Coluna

Alego pretende transferir para alunos pobres celulares apreendidos de presos

Publicado por: Manoel L. Bezerra Rocha | Postado em: 27 de janeiro de 2022

Projeto de Lei em trâmite na Assembleia Legislativa de Goiás prevê que sejam transferidos aos alunos da rede pública de ensino os aparelhos celulares ou smartphones apreendidos em complexos prisionais. Com esse objetivo, um parlamentar apresentou na Assembleia Legislativa (Alego) o projeto nº 9361/21.  A propositura estabelece que os aparelhos apreendidos em operações policiais e em complexos prisionais, após conclusão da perícia e das investigações, sejam destinados aos alunos em situação de vulnerabilidade da rede pública de ensino.O texto determina, ainda, estabelecimento de parcerias com as universidades públicas e faculdades de tecnologia de Goiás, para que sejam feitos reparos e formatações nos aparelhos, quando necessário.Na justificativa do texto, o deputado escreve que a iniciativa é inspirada no programa “Alquimia 11”, adotado pelo Ministério Público do Rio Grande do Sul, que reutiliza celulares apreendidos e os destina a alunos de baixa renda. O deputado entende que isso garante ferramentas aos alunos para acompanhar as aulas remotas no cenário pandêmico. Ele lembra que milhares de alunos da rede pública não têm aparelhos para acompanhar as aulas remotas. A matéria, protocolada em Plenário, no mês de dezembro, foi encaminhada à Comissão de Desenvolvimento, Ciência e Tecnologia. 
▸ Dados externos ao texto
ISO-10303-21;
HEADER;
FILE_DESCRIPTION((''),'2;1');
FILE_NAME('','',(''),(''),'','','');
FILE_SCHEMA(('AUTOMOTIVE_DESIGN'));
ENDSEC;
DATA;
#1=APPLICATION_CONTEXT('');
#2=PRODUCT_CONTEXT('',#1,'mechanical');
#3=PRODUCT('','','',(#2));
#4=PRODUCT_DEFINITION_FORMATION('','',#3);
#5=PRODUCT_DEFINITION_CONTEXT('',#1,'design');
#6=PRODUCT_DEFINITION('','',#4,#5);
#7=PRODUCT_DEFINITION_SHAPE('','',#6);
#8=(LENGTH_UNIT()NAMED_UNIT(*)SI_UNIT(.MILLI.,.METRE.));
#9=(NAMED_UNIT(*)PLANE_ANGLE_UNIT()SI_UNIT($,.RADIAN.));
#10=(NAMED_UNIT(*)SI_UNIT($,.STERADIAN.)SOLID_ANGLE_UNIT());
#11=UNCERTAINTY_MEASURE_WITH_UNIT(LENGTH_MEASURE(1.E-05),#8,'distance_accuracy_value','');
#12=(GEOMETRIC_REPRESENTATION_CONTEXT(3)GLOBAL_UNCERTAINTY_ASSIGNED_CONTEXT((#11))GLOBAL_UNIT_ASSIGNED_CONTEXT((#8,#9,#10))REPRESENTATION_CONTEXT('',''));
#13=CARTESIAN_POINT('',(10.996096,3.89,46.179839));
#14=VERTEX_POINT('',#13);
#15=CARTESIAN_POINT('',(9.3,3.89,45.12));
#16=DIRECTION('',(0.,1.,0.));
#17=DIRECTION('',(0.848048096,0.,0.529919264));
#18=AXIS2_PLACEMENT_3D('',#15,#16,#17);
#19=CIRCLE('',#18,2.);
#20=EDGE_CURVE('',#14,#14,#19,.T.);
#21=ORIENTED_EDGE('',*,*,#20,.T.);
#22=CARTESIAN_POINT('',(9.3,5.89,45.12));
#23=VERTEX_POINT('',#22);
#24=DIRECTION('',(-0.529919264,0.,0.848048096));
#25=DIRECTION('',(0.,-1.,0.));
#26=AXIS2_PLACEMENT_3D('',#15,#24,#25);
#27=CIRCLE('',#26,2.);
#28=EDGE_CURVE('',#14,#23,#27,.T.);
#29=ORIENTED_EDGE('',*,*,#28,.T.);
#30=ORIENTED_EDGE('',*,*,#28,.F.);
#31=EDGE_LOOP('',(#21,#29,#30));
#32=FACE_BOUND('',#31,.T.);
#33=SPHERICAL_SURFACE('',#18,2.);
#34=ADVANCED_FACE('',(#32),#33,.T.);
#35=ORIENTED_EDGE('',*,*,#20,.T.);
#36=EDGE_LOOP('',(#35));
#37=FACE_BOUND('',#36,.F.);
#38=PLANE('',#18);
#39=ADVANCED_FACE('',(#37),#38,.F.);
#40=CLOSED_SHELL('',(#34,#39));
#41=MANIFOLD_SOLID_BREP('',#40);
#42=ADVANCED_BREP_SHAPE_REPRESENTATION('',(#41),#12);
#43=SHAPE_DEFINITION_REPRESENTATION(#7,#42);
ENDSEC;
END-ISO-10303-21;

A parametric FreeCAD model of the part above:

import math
import FreeCAD as App
import Part
import Sketcher
from FreeCAD import Vector


def add_polygon(sketch, points):
    """Adds a closed chain of lines whose ends are joined by coincident constraints."""
    first, n = sketch.GeometryCount, len(points)
    for a, b in zip(points, points[1:] + points[:1]):
        sketch.addGeometry(Part.LineSegment(App.Vector(*a, 0), App.Vector(*b, 0)), False)
    for i in range(n):
        sketch.addConstraint(Sketcher.Constraint("Coincident", first + i, 2, first + (i + 1) % n, 1))

doc = App.newDocument("Part")
body = doc.addObject("PartDesign::Body", "Body")

# Sketch on XY plane
sketch1 = body.newObject("Sketcher::SketchObject", "Sketch")
sketch1.AttachmentSupport = (doc.getObject("XY_Plane"), [""])
sketch1.MapMode = "FlatFace"
sketch1.AttachmentOffset = App.Placement(Vector(0, 0, -10), App.Rotation())
add_polygon(sketch1, [(-5, 5), (-5, -5), (5, -5), (5, 5)])  # lines 0-3
sketch1.addConstraint(Sketcher.Constraint("Vertical", 0))
sketch1.addConstraint(Sketcher.Constraint("Horizontal", 1))
sketch1.addConstraint(Sketcher.Constraint("Vertical", 2))
sketch1.addConstraint(Sketcher.Constraint("Horizontal", 3))
sketch1.addConstraint(Sketcher.Constraint("Symmetric", 0, 2, 2, 2, -1, 1))
sketch1.addConstraint(Sketcher.Constraint("Equal", 3, 0))
sketch1.addConstraint(Sketcher.Constraint("DistanceX", 1, 1, 1, 2, 10.0))
pad1 = body.newObject("PartDesign::Pad", "Pad")
pad1.Profile = sketch1
pad1.Length = 10
body2 = doc.addObject("PartDesign::Body", "Body001")

# Sketch on XZ plane
sketch2 = body2.newObject("Sketcher::SketchObject", "Sketch001")
sketch2.AttachmentSupport = (doc.getObject("XZ_Plane001"), [""])
sketch2.MapMode = "FlatFace"
sketch2.addGeometry(Part.ArcOfCircle(Part.Circle(Vector(0, 0, 0), Vector(0, 0, 1), 2), math.radians(-90), math.radians(90)), False)
sketch2.addGeometry(Part.LineSegment(Vector(0, 2, 0), Vector(0, -2, 0)), False)
sketch2.addConstraint(Sketcher.Constraint("Coincident", 0, 1, 1, 2))
sketch2.addConstraint(Sketcher.Constraint("Coincident", 1, 1, 0, 2))
sketch2.addConstraint(Sketcher.Constraint("Vertical", 1))
sketch2.addConstraint(Sketcher.Constraint("Coincident", 0, 3, -1, 1))
sketch2.addConstraint(Sketcher.Constraint("PointOnObject", 0, 1, -2))
sketch2.addConstraint(Sketcher.Constraint("Radius", 0, 2.0))
revolution = body2.newObject("PartDesign::Revolution", "Revolution")
revolution.Profile = sketch2
revolution.ReferenceAxis = (sketch2, ["V_Axis"])
revolution.Angle = 360
doc.recompute()

boolean = body2.newObject("PartDesign::Boolean", "Boolean")
boolean.Type = "Cut"
boolean.addObjects([body])
body3 = doc.addObject("PartDesign::Body", "Body002")
doc.recompute()

body2.Placement = App.Placement(Vector(0, 0, 0), App.Rotation(Vector(1, 0, 0), 270))
boolean2 = body3.newObject("PartDesign::Boolean", "Boolean001")
boolean2.Type = "Fuse"
boolean2.addObjects([body2])
body4 = doc.addObject("PartDesign::Body", "Body003")
doc.recompute()

body3.Placement = App.Placement(Vector(0, 0, 0), App.Rotation(Vector(0, 1, 0), 328))
boolean3 = body4.newObject("PartDesign::Boolean", "Boolean002")
boolean3.Type = "Fuse"
boolean3.addObjects([body3])
body5 = doc.addObject("PartDesign::Body", "Body004")
doc.recompute()

body4.Placement = App.Placement(Vector(9.3, 3.89, 45.12), App.Rotation(Vector(0, 0, 1), 0))
boolean4 = body5.newObject("PartDesign::Boolean", "Boolean003")
boolean4.Type = "Fuse"
boolean4.addObjects([body4])

doc.recompute()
            Honorários obrigatórios

            Mesmo depois de ter desistido da ação que havia proposto, um sindicado terá de pagar honorários advocatícios mesmo depois de ter desistido da ação que havia proposto. De acordo com a Quinta Turma do Tribunal Superior do Trabalho, os honorários são devidos também nas situações em que o processo é extinto a pedido da parte autora. O relator, ministro Alberto Balazeiro, explicou que a Reforma Trabalhista (Lei 13.467/2017) passou a responsabilizar a parte perdedora do processo (sucumbente) pelo pagamento dos honorários advocatícios.

            Pena mais grave

            O Projeto de Lei 3124/21 aumenta em 2/3 a pena para o crime de roubo praticado por pessoa que se apresenta ou se caracteriza como empregado ou servidor público ou ainda como funcionário de empresa que preste serviço de abastecimento de água, tratamento de esgoto, saneamento básico, telefonia, televisão, internet por assinatura, fornecimento de energia elétrica ou distribuição de gás. Hoje, a pena geral prevista para o crime de roubo no Código Penal é reclusão de quatro a dez anos e multa.

            Projeto quer ampliar conceito de guarda para alcançar dever de cuidado

            O Projeto de Lei 3053/21 amplia o conceito de guarda da criança ou do adolescente para abranger o dever de cuidado em sentido amplo. Pelo texto, a guarda consiste na prestação obrigatória de assistência material, moral e educacional; e ainda no cuidado, visando ao pleno desenvolvimento de habilidades pessoais, afetivas e sociais. Atualmente, o Código Civil estabelece as guardas unilateral ou compartilhada de crianças e adolescentes. A unilateral é atribuída a um só dos genitores ou a alguém que o substitua. Já a compartilhada supõe a responsabilização conjunta do pai e da mãe que não vivam sob o mesmo teto. Segundo o autor da proposta, deputado Coronel Tadeu, com a medida, pretende deixar claro, no Código Civil, que a criança e o adolescente são sujeitos de direitos, não sendo a guarda uma espécie de posse. O objetivo também é harmonizar o conceito trazido pelo Código Civil com preceitos do Estatuto da Criança e do Adolescente e da Constituição de 1988.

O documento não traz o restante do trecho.